Управился я быстро, благо навык отточен. Плохо только, что аптечка научная практически одноразовая — все хорошее и дефицитное в одном экземпляре. Потому пришлось поверх раны налепить обычный дезинфицирующий пластырь и на этом завершить операцию.
— Мастер, — проворчал Шрам, надевая обратно облегченный вариант «Севы» без защитного шлема. — Благодарю.
— «Благодарю» в карман не положишь, — вздохнул я.
— И почем нынче услуги фельдшера? — прищурился наемник.
— Вообще-то я на ветеринара учился, — сказал я. — Вишь как навыки пригодились. За шитье же с тебя примерно вот столько.
И обозначил большим и указательным пальцем толщину денежной пачки.
— Понятно, — кивнул Шрам. — Давай договоримся — больше друг друга не подкалываем. А то чувствую я, что за «Жарку» по гроб жизни твою ответку разгребать буду.

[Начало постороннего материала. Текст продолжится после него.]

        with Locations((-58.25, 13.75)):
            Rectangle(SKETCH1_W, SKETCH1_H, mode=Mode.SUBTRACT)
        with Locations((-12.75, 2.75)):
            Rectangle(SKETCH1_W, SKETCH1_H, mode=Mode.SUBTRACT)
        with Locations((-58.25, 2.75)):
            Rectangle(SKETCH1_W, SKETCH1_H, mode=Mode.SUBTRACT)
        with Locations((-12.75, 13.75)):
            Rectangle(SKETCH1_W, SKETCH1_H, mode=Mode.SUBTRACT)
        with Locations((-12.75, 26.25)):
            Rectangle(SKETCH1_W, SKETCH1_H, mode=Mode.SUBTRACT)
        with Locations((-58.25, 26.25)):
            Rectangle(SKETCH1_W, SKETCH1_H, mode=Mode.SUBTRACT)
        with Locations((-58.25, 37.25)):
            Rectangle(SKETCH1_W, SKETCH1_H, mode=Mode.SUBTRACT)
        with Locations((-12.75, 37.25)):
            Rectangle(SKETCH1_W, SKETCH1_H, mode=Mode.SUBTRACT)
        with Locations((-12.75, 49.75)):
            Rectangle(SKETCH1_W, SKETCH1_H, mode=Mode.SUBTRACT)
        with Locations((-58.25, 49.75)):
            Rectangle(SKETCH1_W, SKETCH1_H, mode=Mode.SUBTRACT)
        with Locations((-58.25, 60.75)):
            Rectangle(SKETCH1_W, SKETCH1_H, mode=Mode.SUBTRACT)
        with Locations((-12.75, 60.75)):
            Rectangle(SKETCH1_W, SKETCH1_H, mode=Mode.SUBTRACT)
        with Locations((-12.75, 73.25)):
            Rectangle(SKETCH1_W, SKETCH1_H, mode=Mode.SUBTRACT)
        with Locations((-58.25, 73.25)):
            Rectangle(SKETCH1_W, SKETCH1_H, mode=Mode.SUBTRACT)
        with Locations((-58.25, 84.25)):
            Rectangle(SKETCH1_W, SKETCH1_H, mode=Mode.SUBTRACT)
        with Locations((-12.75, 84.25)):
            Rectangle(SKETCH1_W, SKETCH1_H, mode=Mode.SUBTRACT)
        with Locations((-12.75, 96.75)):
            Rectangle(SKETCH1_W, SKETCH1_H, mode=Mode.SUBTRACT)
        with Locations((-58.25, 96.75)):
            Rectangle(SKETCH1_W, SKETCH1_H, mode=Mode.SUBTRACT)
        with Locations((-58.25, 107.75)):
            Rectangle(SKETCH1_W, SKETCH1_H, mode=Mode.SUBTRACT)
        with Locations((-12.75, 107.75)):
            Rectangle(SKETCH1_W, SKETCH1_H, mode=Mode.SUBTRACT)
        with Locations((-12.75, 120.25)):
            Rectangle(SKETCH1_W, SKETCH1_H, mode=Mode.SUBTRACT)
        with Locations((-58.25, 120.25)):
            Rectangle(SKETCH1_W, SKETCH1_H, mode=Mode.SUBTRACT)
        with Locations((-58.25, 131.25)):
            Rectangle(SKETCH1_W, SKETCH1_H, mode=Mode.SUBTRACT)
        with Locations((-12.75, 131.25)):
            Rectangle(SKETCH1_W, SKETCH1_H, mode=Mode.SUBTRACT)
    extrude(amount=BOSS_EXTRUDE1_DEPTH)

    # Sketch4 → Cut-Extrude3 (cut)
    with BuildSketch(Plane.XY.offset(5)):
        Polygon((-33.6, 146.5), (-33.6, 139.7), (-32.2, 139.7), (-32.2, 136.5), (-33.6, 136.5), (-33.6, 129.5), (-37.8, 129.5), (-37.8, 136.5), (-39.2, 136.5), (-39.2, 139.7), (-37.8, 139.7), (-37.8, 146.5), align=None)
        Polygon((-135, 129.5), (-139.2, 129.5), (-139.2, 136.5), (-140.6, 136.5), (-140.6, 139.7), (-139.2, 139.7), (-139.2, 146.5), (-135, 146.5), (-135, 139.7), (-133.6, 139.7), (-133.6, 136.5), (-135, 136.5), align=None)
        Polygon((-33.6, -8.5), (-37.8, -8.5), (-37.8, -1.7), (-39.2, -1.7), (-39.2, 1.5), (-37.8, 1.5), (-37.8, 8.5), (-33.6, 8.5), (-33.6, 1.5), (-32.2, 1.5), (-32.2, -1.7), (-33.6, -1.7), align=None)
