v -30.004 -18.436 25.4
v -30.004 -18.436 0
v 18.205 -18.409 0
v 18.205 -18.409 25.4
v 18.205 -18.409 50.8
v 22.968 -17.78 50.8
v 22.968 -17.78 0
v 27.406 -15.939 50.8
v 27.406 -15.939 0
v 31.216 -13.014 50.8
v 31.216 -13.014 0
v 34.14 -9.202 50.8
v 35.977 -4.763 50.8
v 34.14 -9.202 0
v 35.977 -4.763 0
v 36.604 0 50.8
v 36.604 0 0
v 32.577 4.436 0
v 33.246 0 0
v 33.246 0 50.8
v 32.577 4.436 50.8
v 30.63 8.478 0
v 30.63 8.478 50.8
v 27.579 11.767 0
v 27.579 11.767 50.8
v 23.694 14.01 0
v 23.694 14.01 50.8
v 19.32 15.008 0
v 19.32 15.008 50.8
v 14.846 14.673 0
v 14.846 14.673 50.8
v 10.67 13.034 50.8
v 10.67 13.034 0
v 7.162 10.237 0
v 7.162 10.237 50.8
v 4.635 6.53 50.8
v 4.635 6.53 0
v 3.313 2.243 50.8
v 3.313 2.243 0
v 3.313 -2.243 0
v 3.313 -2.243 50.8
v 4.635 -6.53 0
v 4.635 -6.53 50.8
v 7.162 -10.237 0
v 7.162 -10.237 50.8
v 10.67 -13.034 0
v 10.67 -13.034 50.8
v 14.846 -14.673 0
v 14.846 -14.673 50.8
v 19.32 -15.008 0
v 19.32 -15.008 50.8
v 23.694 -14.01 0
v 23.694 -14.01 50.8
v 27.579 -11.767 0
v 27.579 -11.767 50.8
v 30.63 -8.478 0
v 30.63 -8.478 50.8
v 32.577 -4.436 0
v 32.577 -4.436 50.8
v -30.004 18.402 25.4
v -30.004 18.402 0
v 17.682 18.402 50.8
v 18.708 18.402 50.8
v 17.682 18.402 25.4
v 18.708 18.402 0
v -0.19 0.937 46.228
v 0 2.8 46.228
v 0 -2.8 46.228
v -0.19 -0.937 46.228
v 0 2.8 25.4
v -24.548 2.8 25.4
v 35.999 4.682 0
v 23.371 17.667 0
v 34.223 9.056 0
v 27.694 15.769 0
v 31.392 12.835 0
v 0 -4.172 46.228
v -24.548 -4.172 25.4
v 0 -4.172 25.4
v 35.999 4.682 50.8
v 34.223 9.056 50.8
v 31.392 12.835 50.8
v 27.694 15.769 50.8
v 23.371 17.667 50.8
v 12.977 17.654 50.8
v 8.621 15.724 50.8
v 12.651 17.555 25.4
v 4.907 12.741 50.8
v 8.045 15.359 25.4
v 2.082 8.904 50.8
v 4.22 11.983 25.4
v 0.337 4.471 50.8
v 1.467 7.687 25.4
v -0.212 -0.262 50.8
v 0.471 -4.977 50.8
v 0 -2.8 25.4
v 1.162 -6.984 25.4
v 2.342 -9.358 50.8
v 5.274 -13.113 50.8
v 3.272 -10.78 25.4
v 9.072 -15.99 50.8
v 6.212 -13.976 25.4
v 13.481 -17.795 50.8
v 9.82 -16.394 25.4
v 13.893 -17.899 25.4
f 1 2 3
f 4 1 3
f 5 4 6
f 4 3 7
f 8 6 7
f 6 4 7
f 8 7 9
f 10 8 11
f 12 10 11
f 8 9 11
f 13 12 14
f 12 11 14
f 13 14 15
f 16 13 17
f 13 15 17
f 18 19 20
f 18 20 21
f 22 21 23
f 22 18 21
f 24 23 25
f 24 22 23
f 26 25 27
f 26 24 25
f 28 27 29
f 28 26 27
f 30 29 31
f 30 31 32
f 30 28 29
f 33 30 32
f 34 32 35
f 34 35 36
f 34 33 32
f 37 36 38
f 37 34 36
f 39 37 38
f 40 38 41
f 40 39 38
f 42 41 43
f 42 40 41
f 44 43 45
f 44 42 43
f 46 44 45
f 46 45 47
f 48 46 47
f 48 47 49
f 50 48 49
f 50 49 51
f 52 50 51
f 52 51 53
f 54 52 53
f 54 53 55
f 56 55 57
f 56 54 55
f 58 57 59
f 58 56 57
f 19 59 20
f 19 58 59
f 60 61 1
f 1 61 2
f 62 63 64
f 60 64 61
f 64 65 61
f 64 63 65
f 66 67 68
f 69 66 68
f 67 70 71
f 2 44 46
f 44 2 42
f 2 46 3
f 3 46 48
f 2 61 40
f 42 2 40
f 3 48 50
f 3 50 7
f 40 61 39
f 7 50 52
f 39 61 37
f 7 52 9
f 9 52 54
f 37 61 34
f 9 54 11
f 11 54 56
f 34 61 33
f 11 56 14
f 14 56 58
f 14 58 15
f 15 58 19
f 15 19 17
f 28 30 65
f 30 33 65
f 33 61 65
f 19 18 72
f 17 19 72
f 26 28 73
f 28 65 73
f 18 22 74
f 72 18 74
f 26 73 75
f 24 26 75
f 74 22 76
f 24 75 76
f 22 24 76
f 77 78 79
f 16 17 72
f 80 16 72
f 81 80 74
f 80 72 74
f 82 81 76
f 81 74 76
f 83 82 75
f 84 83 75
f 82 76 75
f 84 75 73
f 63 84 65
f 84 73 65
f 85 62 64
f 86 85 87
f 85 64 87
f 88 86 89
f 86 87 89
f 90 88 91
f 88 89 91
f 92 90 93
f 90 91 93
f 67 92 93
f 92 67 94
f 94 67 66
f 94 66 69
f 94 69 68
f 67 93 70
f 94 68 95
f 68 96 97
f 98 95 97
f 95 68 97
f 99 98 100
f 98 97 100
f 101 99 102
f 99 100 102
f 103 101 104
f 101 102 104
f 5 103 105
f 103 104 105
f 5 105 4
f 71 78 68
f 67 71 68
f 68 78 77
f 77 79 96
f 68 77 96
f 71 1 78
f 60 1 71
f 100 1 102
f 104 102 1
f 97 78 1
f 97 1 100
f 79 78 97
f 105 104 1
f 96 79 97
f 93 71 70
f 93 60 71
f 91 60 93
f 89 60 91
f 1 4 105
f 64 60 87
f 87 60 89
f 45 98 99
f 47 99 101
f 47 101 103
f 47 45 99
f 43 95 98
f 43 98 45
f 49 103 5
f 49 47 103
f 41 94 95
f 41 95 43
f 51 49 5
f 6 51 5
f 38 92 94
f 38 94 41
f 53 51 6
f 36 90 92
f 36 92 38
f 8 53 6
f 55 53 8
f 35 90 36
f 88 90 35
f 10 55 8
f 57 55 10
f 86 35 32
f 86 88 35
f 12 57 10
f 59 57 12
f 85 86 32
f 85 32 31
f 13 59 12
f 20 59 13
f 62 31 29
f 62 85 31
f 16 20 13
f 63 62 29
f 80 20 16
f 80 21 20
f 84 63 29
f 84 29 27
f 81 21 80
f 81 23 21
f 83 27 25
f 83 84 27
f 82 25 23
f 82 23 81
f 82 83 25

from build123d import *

# Parameters (mm, degrees)
F1_DEPTH = 25.4
F0_R     = 15.0505482929
F2_DEPTH = 50.8
F4_DEPTH = 20.828
F6_DEPTH = 25.4


with BuildPart() as f1:
    # F0 (on Top) → F1 (new body)
    with BuildSketch(Plane.XY):
        with BuildLine():
            Line((-30.0037506968, -18.4360407293), (18.2052805233, -18.4092394559))
            ThreePointArc((18.2052805233, -18.4092394559), (-0.2123373289, -0.2616045695), (17.6821201623, 18.4020952356))
            Line((17.6821201623, 18.4020952356), (-30.0037506968, 18.4020952356))
            Line((-30.0037506968, 18.4020952356), (-30.0037506968, -18.4360407293))
        make_face()
    extrude(amount=F1_DEPTH)

    # F0 (on Top) → F2 (join)
    with BuildSketch(Plane.XY):
        with BuildLine():
            ThreePointArc((18.2052805233, -18.4092394559), (31.2159640874, -13.0136811535), (36.6042884127, 0))
            ThreePointArc((36.6042884127, 0), (31.3924469958, 12.8346722592), (18.7079720616, 18.4020952356))
            Line((18.7079720616, 18.4020952356), (17.6821201623, 18.4020952356))
            ThreePointArc((17.6821201623, 18.4020952356), (-0.2123373289, -0.2616045695), (18.2052805233, -18.4092394559))
        make_face()
        with Locations((18.1950461119, 0)):
            Circle(F0_R, mode=Mode.SUBTRACT)
    extrude(amount=F2_DEPTH)

    # F3 (on face) → F4 (join)
    with BuildSketch(Plane.XY.offset(25.4)):
        with BuildLine():
            ThreePointArc((0, -2.8000891188), (-0.2141961888, 0), (0, 2.8000891188))
            Line((0, 2.8000891188), (-24.5482716709, 2.8000891188))
            Line((-24.5482716709, 2.8000891188), (-24.5482716709, -4.1717705317))
            Line((-24.5482716709, -4.1717705317), (0, -4.1717705317))
            Line((0, -4.1717705317), (0, -2.8000891188))
        make_face()
    extrude(amount=F4_DEPTH)

    # F5 (on face) → F6 (cut)
    with BuildSketch(Plane.XZ.offset(4.1717705317)):
        Polygon((-24.5482716709, 25.4), (0, 46.228), (-24.5482716709, 46.228), align=None)
    extrude(amount=-F6_DEPTH, mode=Mode.SUBTRACT)


solid = f1.part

— Замётано, — улыбнулся я…
…Лесок кончился быстро. Мы лежали в кустах, изучая местность.
Впереди излучина небольшой речушки, за ней — заброшенное кладбище. Чуть дальше виднелось несколько полуразрушенных изб. В поле, заросшем бурьяном, сиротливо догнивал красный от ржавчины трактор… Типичная осенняя пастораль для этих мест, мрачная, мертвая… Но знакомая до боли — и в то же время чужая. Потому что этот давно ставший привычным пейзаж псевдолюди в экзоскелетах обнесли рядами колючей проволоки, из готовых бетонных блоков возвели вдоль берега реки несколько ДОТов, между которыми понатыкали сборно-разборные наблюдательные вышки, используемые на временных пунктах дислокации крупных воинских подразделений.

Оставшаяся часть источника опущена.